Start of Provided entries

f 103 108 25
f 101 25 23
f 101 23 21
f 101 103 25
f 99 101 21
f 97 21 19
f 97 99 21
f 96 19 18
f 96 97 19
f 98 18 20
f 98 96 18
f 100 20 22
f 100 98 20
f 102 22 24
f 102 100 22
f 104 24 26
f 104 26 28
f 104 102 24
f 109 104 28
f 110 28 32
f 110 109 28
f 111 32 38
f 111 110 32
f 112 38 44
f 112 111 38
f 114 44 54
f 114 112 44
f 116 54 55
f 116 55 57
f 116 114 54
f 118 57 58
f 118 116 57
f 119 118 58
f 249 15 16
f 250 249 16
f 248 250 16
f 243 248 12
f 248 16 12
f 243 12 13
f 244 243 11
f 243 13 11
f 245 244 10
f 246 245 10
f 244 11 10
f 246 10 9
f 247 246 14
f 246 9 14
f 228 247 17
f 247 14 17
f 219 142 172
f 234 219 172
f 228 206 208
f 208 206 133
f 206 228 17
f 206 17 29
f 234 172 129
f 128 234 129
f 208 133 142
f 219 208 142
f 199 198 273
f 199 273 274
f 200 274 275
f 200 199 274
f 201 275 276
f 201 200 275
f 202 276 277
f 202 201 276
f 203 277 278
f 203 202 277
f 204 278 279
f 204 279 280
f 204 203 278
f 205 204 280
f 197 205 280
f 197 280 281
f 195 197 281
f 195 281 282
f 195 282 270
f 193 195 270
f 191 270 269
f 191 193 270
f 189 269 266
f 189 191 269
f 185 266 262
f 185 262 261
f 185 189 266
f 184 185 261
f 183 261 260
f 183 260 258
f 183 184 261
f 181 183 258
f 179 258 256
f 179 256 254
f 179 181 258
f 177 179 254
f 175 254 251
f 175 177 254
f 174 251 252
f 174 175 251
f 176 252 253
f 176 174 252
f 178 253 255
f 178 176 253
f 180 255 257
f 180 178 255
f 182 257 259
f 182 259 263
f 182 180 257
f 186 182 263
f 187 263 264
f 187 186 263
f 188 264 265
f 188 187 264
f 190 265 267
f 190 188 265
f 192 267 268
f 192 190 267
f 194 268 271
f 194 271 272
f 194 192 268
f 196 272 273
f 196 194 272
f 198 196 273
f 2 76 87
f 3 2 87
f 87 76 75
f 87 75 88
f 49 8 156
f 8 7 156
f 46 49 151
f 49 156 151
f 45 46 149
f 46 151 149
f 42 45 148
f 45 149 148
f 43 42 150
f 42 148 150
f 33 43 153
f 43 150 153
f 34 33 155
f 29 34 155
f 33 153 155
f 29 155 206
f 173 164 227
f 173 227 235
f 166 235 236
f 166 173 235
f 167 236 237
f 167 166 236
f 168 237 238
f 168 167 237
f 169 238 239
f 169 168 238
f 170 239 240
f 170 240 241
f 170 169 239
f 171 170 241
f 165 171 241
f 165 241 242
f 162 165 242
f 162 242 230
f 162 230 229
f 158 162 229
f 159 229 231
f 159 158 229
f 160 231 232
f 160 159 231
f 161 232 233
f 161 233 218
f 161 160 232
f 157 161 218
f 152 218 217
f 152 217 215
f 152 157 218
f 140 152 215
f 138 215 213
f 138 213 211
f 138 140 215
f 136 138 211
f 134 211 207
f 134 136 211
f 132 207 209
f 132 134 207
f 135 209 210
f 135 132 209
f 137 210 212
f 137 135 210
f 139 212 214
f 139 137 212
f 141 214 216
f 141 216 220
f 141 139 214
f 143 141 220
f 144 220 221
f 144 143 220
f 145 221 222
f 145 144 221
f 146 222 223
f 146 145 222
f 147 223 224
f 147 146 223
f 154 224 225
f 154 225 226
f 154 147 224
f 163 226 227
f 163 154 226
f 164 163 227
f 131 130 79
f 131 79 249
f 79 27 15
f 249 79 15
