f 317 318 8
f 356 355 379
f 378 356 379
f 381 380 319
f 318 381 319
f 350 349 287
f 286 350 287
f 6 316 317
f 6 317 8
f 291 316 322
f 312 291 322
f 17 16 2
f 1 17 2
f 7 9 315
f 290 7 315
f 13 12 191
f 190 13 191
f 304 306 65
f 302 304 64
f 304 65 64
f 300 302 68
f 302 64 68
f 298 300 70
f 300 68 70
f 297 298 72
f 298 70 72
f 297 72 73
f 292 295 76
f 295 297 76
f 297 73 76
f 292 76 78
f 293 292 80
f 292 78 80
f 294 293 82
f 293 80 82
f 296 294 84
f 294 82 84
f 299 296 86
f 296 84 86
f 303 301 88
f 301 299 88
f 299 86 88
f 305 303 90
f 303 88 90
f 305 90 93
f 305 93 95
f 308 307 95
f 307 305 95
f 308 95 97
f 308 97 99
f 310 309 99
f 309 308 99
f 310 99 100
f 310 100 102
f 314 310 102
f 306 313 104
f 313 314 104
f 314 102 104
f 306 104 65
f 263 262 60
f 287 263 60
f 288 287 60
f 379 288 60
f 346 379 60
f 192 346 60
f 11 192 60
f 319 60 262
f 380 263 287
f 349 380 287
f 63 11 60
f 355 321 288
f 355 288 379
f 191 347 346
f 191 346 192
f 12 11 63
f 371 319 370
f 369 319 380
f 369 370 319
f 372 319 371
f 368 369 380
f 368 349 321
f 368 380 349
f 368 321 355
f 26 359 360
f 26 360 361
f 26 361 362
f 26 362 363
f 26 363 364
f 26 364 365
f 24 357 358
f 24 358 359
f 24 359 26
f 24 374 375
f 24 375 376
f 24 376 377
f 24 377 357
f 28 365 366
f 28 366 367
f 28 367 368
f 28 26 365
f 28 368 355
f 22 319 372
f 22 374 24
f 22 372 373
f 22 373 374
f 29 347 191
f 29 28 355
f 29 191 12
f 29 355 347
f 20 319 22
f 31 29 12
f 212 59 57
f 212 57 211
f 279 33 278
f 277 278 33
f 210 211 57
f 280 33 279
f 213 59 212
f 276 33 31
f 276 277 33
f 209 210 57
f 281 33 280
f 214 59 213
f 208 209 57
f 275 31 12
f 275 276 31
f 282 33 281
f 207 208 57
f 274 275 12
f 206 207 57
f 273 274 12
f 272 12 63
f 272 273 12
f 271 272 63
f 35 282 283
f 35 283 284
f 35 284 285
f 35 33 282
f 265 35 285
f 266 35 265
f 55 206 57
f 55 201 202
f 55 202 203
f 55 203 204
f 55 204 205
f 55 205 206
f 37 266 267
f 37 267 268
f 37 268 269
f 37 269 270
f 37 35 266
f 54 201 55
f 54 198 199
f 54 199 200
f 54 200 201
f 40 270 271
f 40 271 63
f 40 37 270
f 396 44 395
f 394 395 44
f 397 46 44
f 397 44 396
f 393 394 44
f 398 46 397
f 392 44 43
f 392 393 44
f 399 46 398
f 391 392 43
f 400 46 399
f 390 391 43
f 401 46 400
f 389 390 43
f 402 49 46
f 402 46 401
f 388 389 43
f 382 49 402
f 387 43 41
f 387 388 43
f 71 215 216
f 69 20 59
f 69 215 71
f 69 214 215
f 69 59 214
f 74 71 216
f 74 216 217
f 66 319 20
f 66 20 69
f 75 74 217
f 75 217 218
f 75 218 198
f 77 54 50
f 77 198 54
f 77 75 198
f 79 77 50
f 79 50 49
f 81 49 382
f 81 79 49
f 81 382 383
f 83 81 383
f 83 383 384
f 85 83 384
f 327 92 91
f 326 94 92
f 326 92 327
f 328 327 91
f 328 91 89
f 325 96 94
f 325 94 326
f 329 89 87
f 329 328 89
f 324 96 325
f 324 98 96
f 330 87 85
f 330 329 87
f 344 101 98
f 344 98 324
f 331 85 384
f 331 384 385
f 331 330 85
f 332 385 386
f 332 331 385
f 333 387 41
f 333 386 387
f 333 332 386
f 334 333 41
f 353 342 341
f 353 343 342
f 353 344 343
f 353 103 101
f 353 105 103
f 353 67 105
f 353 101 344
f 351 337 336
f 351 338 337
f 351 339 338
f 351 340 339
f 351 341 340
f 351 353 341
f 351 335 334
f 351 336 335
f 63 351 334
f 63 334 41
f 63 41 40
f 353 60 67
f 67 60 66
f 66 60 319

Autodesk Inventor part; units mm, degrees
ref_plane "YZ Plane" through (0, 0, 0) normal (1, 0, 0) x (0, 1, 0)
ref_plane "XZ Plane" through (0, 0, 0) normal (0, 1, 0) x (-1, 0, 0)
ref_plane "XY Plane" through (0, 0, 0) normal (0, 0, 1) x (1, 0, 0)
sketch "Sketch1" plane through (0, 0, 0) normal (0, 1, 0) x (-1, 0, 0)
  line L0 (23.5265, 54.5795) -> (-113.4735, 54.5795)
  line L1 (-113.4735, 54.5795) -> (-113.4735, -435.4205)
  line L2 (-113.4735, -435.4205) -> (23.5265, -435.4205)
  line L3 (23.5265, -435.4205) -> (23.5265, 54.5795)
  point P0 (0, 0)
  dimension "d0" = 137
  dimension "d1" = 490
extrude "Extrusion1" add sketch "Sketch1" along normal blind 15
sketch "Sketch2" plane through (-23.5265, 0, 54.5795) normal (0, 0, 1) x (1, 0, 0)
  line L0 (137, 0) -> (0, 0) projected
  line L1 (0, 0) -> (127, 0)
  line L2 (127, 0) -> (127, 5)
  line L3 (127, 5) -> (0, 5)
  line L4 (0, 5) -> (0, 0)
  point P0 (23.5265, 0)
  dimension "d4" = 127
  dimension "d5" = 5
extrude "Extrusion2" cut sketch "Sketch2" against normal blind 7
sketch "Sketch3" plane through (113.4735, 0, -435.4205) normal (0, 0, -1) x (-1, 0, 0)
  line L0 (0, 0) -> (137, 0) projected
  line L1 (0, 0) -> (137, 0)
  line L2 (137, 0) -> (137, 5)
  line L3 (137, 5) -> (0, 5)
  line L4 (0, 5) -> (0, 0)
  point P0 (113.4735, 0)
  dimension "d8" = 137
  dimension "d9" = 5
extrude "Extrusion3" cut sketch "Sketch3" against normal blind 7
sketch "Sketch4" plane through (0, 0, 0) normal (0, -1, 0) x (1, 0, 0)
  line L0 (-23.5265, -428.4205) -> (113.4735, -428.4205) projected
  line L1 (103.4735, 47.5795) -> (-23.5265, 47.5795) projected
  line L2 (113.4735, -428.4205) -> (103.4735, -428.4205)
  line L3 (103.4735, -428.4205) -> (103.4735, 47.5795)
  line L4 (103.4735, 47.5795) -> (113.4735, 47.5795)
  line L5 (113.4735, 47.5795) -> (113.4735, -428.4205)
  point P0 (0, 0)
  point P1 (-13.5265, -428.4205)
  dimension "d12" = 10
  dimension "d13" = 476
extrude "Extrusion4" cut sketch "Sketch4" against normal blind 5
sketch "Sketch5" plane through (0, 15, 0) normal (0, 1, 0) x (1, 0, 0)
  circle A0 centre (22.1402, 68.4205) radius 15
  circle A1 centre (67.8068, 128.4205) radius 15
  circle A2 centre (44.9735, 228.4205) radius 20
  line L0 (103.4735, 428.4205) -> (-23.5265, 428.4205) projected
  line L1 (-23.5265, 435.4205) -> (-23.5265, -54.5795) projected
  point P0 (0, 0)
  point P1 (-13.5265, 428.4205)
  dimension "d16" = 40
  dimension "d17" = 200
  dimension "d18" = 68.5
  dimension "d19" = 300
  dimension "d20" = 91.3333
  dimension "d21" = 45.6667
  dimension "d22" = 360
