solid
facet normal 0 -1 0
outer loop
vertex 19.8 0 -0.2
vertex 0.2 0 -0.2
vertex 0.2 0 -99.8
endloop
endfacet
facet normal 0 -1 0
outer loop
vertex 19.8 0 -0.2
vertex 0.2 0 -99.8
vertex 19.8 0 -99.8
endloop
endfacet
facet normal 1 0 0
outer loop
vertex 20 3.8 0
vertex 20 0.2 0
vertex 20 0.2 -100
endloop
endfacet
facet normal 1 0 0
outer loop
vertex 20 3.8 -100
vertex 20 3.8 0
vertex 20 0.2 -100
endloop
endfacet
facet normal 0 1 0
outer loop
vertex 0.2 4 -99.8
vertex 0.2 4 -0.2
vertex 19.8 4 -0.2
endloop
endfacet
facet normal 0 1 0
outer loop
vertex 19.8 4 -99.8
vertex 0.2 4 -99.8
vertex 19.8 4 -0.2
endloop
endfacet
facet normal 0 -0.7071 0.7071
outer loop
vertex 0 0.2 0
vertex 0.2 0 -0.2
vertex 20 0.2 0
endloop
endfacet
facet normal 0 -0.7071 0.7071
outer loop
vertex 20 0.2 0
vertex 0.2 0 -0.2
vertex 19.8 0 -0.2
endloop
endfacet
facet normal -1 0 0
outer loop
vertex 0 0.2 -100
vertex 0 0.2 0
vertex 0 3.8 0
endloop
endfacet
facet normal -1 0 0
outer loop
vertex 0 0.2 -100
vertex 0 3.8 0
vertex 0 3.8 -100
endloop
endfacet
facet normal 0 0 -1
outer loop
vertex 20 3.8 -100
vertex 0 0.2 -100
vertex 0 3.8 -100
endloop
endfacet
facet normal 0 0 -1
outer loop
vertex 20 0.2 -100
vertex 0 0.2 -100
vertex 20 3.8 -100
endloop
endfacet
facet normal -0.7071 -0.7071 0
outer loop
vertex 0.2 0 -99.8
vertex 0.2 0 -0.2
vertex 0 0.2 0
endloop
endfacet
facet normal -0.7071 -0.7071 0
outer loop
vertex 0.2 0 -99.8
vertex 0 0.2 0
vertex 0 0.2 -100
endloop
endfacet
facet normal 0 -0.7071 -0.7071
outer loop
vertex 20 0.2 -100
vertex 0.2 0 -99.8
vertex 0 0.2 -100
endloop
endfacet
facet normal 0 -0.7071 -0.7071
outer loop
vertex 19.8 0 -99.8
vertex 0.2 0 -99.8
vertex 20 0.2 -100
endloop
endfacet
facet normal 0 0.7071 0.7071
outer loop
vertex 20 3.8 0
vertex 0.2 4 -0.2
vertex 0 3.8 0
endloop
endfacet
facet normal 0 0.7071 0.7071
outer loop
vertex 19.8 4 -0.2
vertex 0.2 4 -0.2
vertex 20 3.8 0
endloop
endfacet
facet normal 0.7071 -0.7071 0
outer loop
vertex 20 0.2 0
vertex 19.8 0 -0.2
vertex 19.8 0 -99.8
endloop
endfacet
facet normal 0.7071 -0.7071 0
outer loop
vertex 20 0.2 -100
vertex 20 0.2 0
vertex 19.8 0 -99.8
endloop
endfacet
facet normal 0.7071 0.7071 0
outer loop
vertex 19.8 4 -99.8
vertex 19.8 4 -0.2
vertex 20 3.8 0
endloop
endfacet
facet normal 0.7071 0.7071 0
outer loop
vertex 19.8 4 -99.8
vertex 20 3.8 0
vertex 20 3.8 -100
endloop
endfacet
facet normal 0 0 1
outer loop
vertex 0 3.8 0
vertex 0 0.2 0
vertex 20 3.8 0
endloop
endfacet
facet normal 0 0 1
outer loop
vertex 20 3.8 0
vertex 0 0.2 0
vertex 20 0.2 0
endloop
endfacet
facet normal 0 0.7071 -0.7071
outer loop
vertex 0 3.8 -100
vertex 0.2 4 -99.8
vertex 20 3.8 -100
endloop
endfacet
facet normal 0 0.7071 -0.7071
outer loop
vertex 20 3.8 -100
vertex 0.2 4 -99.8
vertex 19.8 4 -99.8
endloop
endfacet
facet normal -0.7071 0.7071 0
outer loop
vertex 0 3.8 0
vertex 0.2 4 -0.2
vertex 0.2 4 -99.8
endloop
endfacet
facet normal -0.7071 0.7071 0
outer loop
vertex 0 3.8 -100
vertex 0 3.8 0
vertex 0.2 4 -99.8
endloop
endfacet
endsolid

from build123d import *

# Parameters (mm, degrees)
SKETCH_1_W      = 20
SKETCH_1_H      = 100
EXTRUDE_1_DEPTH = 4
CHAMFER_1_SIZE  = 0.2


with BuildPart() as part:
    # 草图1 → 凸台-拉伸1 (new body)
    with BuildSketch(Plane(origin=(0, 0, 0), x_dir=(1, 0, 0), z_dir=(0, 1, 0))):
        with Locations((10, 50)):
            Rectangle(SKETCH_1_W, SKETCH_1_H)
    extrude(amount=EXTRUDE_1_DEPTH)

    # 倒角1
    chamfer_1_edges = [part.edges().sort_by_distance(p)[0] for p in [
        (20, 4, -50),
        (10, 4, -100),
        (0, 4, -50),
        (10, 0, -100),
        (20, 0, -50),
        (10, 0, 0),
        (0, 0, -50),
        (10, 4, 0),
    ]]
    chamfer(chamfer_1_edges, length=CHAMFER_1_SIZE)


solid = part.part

End of Provided entries

**Required work**
Reproduce verbatim only the segment of the listing bounded by the line containing "f 200 199 274" and the line containing "f 159 158 229", with both boundary lines included.

**Your response**
f 200 199 274
f 201 275 276
f 201 200 275
f 202 276 277
f 202 201 276
f 203 277 278
f 203 202 277
f 204 278 279
f 204 279 280
f 204 203 278
f 205 204 280
f 197 205 280
f 197 280 281
f 195 197 281
f 195 281 282
f 195 282 270
f 193 195 270
f 191 270 269
f 191 193 270
f 189 269 266
f 189 191 269
f 185 266 262
f 185 262 261
f 185 189 266
f 184 185 261
f 183 261 260
f 183 260 258
f 183 184 261
f 181 183 258
f 179 258 256
f 179 256 254
f 179 181 258
f 177 179 254
f 175 254 251
f 175 177 254
f 174 251 252
f 174 175 251
f 176 252 253
f 176 174 252
f 178 253 255
f 178 176 253
f 180 255 257
f 180 178 255
f 182 257 259
f 182 259 263
f 182 180 257
f 186 182 263
f 187 263 264
f 187 186 263
f 188 264 265
f 188 187 264
f 190 265 267
f 190 188 265
f 192 267 268
f 192 190 267
f 194 268 271
f 194 271 272
f 194 192 268
f 196 272 273
f 196 194 272
f 198 196 273
f 2 76 87
f 3 2 87
f 87 76 75
f 87 75 88
f 49 8 156
f 8 7 156
f 46 49 151
f 49 156 151
f 45 46 149
f 46 151 149
f 42 45 148
f 45 149 148
f 43 42 150
f 42 148 150
f 33 43 153
f 43 150 153
f 34 33 155
f 29 34 155
f 33 153 155
f 29 155 206
f 173 164 227
f 173 227 235
f 166 235 236
f 166 173 235
f 167 236 237
f 167 166 236
f 168 237 238
f 168 167 237
f 169 238 239
f 169 168 238
f 170 239 240
f 170 240 241
f 170 169 239
f 171 170 241
f 165 171 241
f 165 241 242
f 162 165 242
f 162 242 230
f 162 230 229
f 158 162 229
f 159 229 231
f 159 158 229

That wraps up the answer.